Bacteriophages—the viruses that infect prokaryotes—are the most abundant biological entities on Earth and play fundamental roles in shaping microbial communities. Despite their ubiquity, the vast majority remain uncharacterized, constituting a significant fraction of unidentified sequences in metagenomic datasets. While deep learning-based tools have improved viral sequence identification, they often suffer from high false positive rates when analyzing divergent sequences 1. To address this challenge, we introduce Jaeger, a homology-free deep learning framework designed to identify bacteriophage genome fragments from metagenome-assembled contigs.
Jaeger leverages a convolutional neural network (CNN) with dilated convolutions and six-frame amino acid parameter sharing to directly recognize protein-level signatures from six-frame translated nucleotide sequences. The model is trained to classify short nucleotide fragments into one of four categories: bacteria, archaea, eukaryote, and phage. For longer sequences, a sliding window approach aggregates predictions across multiple non-overlapping fragments to determine the final classification.
While neural networks are highly sensitive, they can generate spurious predictions when encountering sequences that significantly deviate from the training distribution. To mitigate this, we incorporated a neural mean discrepancy-based 2 auxiliary model—termed the reliability model—to detect out-of-distribution samples at deployment, further improving performance.
Extensive benchmarking on the IMG/VR 3 database and real-world metagenomes reveals Jaeger’s consistently high sensitivity (0.87) and precision (0.92) compared to state-of-the-art tools such as VirSorter2 and geNomad 4, Jaeger achieves similar classification accuracy while offering substantial computational speed improvements—running up to 20 times faster in CPU mode and 140 times faster with GPU acceleration. Its scalability allows it to process vast metagenomic datasets efficiently.

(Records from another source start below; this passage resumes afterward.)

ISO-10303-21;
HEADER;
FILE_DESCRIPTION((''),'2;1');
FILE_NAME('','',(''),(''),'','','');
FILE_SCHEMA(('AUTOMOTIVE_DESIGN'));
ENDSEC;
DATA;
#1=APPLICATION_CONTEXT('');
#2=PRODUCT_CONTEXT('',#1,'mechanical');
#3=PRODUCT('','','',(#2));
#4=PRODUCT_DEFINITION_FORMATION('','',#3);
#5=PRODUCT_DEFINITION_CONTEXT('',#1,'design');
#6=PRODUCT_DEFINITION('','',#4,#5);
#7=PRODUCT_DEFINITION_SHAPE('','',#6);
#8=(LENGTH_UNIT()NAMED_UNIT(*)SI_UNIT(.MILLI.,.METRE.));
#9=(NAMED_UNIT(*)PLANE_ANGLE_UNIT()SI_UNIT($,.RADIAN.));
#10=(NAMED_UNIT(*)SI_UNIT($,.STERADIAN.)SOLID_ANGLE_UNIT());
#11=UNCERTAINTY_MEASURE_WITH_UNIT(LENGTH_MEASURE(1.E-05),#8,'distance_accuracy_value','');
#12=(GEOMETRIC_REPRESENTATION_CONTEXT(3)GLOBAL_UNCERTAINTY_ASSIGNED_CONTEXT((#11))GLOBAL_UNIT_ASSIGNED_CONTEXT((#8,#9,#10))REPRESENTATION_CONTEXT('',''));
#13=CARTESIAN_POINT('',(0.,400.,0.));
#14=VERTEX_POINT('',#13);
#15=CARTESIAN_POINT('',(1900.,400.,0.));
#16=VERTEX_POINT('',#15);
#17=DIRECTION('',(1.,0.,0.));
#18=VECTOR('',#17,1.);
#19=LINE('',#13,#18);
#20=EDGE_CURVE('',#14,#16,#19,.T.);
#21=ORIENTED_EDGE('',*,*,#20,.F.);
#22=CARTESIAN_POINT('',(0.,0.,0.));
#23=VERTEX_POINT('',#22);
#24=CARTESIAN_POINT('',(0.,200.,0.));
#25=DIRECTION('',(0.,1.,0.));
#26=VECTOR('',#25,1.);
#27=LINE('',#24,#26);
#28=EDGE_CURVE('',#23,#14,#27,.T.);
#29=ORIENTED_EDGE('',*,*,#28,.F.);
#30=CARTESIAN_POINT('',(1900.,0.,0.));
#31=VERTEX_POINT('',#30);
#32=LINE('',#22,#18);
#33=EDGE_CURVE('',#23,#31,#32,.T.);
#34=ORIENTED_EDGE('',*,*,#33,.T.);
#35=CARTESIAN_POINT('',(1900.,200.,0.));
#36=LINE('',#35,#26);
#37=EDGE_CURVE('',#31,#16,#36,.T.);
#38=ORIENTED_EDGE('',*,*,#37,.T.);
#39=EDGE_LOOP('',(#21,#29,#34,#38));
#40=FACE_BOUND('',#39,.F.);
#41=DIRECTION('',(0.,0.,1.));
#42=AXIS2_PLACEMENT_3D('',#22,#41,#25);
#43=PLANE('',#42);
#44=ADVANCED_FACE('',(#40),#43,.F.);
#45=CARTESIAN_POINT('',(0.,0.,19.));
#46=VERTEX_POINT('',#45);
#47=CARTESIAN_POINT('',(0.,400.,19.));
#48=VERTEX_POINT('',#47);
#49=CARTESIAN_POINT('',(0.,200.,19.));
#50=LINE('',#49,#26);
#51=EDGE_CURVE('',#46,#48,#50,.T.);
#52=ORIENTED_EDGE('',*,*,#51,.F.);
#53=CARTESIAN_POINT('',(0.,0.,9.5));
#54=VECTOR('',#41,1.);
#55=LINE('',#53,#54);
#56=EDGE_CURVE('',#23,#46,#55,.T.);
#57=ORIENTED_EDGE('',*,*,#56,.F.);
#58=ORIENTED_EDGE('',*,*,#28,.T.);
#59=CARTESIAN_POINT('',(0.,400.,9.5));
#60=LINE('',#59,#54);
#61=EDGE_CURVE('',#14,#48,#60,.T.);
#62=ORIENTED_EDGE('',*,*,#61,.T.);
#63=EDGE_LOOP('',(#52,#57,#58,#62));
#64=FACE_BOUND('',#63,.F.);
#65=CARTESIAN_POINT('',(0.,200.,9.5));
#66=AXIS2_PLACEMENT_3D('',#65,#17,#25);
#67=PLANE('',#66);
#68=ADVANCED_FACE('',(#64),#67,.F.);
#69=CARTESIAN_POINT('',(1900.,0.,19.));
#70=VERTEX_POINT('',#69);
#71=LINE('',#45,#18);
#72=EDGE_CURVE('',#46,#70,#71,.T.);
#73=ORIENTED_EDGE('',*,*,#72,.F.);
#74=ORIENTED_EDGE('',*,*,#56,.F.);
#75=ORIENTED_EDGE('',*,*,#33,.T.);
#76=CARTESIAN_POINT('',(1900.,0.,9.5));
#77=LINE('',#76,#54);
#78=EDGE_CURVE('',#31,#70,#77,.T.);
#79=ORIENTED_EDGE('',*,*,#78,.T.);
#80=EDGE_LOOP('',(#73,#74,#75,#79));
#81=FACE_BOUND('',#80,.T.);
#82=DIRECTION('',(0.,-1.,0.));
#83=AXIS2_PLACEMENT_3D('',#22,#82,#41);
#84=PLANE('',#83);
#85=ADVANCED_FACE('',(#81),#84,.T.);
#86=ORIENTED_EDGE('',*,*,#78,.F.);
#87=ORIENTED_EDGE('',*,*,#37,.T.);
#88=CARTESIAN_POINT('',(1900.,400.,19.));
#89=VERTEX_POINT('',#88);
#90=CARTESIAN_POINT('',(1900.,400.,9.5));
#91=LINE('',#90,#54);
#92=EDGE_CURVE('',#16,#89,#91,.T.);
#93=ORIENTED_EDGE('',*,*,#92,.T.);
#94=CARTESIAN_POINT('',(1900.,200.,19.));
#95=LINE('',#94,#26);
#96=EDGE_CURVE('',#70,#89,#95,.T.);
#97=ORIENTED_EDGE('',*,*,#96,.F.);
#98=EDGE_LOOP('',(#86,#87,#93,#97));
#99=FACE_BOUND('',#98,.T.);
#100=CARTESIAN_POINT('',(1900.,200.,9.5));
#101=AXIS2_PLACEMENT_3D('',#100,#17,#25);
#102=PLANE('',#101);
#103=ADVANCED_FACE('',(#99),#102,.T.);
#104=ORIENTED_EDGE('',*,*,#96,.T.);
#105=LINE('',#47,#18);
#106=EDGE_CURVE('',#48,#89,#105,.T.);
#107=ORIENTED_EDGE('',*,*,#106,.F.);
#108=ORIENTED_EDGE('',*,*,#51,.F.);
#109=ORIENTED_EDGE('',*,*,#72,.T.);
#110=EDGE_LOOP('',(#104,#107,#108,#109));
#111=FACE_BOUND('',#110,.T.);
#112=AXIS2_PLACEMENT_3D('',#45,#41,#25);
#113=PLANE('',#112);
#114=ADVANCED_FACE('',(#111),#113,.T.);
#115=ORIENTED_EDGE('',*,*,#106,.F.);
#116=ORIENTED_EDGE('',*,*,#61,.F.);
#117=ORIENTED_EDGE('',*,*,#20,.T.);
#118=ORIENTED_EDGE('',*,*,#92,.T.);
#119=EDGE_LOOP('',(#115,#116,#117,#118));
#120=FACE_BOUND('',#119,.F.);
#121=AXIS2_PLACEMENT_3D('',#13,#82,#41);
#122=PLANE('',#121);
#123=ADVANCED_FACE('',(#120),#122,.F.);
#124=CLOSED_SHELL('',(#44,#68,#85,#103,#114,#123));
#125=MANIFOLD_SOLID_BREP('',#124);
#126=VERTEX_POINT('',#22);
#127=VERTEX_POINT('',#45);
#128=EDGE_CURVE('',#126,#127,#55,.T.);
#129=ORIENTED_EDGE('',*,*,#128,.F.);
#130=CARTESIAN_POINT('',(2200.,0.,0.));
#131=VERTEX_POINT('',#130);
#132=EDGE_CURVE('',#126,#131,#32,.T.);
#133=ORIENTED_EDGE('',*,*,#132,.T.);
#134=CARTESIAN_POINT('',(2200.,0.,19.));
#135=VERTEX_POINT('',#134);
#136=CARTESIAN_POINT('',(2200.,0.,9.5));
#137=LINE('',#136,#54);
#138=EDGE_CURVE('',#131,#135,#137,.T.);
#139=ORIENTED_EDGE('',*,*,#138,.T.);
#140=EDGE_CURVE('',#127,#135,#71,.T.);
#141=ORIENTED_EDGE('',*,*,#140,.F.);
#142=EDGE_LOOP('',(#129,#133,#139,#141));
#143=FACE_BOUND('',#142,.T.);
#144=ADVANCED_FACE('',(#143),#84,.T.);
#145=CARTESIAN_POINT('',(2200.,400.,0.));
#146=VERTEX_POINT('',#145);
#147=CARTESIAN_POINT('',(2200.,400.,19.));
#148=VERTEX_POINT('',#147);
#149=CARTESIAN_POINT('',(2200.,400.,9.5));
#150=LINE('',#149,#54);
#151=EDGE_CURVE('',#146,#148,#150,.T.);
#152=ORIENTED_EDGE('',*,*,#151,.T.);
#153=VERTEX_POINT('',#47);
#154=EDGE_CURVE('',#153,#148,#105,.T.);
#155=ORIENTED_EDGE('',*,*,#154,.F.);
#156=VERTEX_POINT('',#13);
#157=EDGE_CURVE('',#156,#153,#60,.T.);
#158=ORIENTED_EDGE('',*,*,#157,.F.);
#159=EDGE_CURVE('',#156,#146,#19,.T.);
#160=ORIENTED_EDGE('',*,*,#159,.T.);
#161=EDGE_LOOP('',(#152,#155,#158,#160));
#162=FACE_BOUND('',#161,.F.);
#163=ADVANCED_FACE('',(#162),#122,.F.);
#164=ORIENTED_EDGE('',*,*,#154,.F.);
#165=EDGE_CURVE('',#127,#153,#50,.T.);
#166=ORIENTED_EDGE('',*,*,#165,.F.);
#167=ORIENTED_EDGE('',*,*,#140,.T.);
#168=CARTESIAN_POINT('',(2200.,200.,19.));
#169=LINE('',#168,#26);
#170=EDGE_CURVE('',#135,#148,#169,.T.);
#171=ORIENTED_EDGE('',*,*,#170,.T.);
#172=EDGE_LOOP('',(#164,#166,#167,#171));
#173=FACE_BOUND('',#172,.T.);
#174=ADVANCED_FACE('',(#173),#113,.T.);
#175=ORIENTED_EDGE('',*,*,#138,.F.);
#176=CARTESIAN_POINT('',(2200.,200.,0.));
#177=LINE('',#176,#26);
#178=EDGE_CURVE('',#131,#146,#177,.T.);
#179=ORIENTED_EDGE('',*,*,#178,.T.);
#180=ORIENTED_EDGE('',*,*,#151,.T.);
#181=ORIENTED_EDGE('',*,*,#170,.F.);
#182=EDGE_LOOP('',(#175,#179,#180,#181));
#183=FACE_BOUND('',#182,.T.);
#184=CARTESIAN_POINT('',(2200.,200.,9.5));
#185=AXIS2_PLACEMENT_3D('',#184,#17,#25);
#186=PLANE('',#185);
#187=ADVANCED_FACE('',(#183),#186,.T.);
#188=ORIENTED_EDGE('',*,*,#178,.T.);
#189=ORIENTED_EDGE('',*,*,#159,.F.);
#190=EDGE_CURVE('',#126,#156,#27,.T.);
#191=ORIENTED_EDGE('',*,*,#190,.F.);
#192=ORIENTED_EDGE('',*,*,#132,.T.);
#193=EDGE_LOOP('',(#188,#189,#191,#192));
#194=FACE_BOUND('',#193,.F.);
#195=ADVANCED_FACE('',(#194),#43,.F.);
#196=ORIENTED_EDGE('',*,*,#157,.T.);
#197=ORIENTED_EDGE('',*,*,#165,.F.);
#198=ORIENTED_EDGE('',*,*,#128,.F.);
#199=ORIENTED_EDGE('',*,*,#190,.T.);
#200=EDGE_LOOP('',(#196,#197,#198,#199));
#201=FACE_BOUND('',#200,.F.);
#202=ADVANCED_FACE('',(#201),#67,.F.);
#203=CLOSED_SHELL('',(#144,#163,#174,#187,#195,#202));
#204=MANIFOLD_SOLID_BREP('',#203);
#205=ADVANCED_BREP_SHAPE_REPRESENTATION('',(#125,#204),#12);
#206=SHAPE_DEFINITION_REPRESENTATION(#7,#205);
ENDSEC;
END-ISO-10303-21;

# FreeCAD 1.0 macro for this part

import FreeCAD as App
import Part
import Sketcher


def add_polygon(sketch, points):
    """Adds a closed chain of lines whose ends are joined by coincident constraints."""
    first, n = sketch.GeometryCount, len(points)
    for a, b in zip(points, points[1:] + points[:1]):
        sketch.addGeometry(Part.LineSegment(App.Vector(*a, 0), App.Vector(*b, 0)), False)
    for i in range(n):
        sketch.addConstraint(Sketcher.Constraint("Coincident", first + i, 2, first + (i + 1) % n, 1))

doc = App.newDocument("Part")
params = doc.addObject("Spreadsheet::Sheet", "Params")
for row, (alias, value) in enumerate([
    ("sketch1_width", "400 mm"),
    ("sketch1_height", "19 mm"),
    ("pad1_length", "2200 mm"),
    ("sketch2_width", "400 mm"),
    ("sketch2_height", "19 mm"),
    ("pad2_length", "1900 mm"),
], start=1):
    params.set(f"A{row}", alias)
    params.set(f"B{row}", "=" + value)
    params.setAlias(f"B{row}", alias)

body = doc.addObject("PartDesign::Body", "Body")

sketch1 = body.newObject("Sketcher::SketchObject", "Sketch")
sketch1.AttachmentSupport = (doc.getObject("YZ_Plane"), [""])
sketch1.MapMode = "FlatFace"
add_polygon(sketch1, [(0, 19), (0, 0), (400, 0), (400, 19)])
sketch1.addConstraint([
    Sketcher.Constraint("Vertical", 0),
    Sketcher.Constraint("Horizontal", 1),
    Sketcher.Constraint("Vertical", 2),
    Sketcher.Constraint("Horizontal", 3),
    Sketcher.Constraint("Coincident", 0, 2, -1, 1),
    Sketcher.Constraint("DistanceX", 1, 1, 1, 2, 400.0),
    Sketcher.Constraint("DistanceY", 0, 2, 0, 1, 19.0),
])
sketch1.setExpression("Constraints[9]", "Params.sketch1_width")
sketch1.setExpression("Constraints[10]", "Params.sketch1_height")
pad1 = body.newObject("PartDesign::Pad", "Pad")
pad1.Profile = sketch1
pad1.setExpression("Length", "Params.pad1_length")
body2 = doc.addObject("PartDesign::Body", "Body001")

sketch2 = body2.newObject("Sketcher::SketchObject", "Sketch001")
sketch2.AttachmentSupport = (doc.getObject("YZ_Plane001"), [""])
sketch2.MapMode = "FlatFace"
add_polygon(sketch2, [(0, 19), (0, 0), (400, 0), (400, 19)])
sketch2.addConstraint([
    Sketcher.Constraint("Vertical", 0),
    Sketcher.Constraint("Horizontal", 1),
    Sketcher.Constraint("Vertical", 2),
    Sketcher.Constraint("Horizontal", 3),
    Sketcher.Constraint("Coincident", 0, 2, -1, 1),
    Sketcher.Constraint("DistanceX", 1, 1, 1, 2, 400.0),
    Sketcher.Constraint("DistanceY", 0, 2, 0, 1, 19.0),
])
sketch2.setExpression("Constraints[9]", "Params.sketch2_width")
sketch2.setExpression("Constraints[10]", "Params.sketch2_height")
pad2 = body2.newObject("PartDesign::Pad", "Pad001")
pad2.Profile = sketch2
pad2.setExpression("Length", "Params.pad2_length")

doc.recompute()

Application of Jaeger to approximately 16,000 metagenomic assemblies from the MGnify 5 database identified over five million putative phage contigs, highlighting its potential for uncovering hidden viral diversity. Additionally, Jaeger effectively identifies prophages and distinguishes viral sequences from bacterial, archaeal, and eukaryotic sequences. By integrating deep learning with reliability assessment, Jaeger enhances the robustness of viral sequence identification, making it a powerful tool for large-scale metagenomic studies.
Jaeger is open-source, easy to install, and supports GPU acceleration, making it accessible for large-scale analyses. Its ability to accurately and efficiently classify bacteriophage sequences will aid in uncovering viral diversity and advancing microbial ecology research.
Availability:
Code: https://github.com/MGXlab/Jaeger
Preprint: https://www.biorxiv.org/content/10.1101/2024.09.24.612722v1
Bibliography
1. Wu, L.-Y. et al. Benchmarking bioinformatic virus identification tools using real-world metagenomic data across biomes. Genome Biol. 25, 97 (2024).
2. Dong, X. et al. Neural Mean Discrepancy for Efficient Out-of-Distribution Detection. arXiv (2021) doi:10.48550/arxiv.2104.11408.
3. Camargo, A. P. et al. IMG/VR v4: an expanded database of uncultivated virus genomes within a framework of extensive functional, taxonomic, and ecological metadata. Nucleic Acids Res. 51, D733–D743 (2023).
4. Camargo, A. P. et al. Identification of mobile genetic elements with geNomad. Nat. Biotechnol. 42, 1303–1312 (2024).
5. Richardson, L. et al. MGnify: the microbiome sequence data analysis resource in 2023. Nucleic Acids Res. 51, D753–D759 (2023).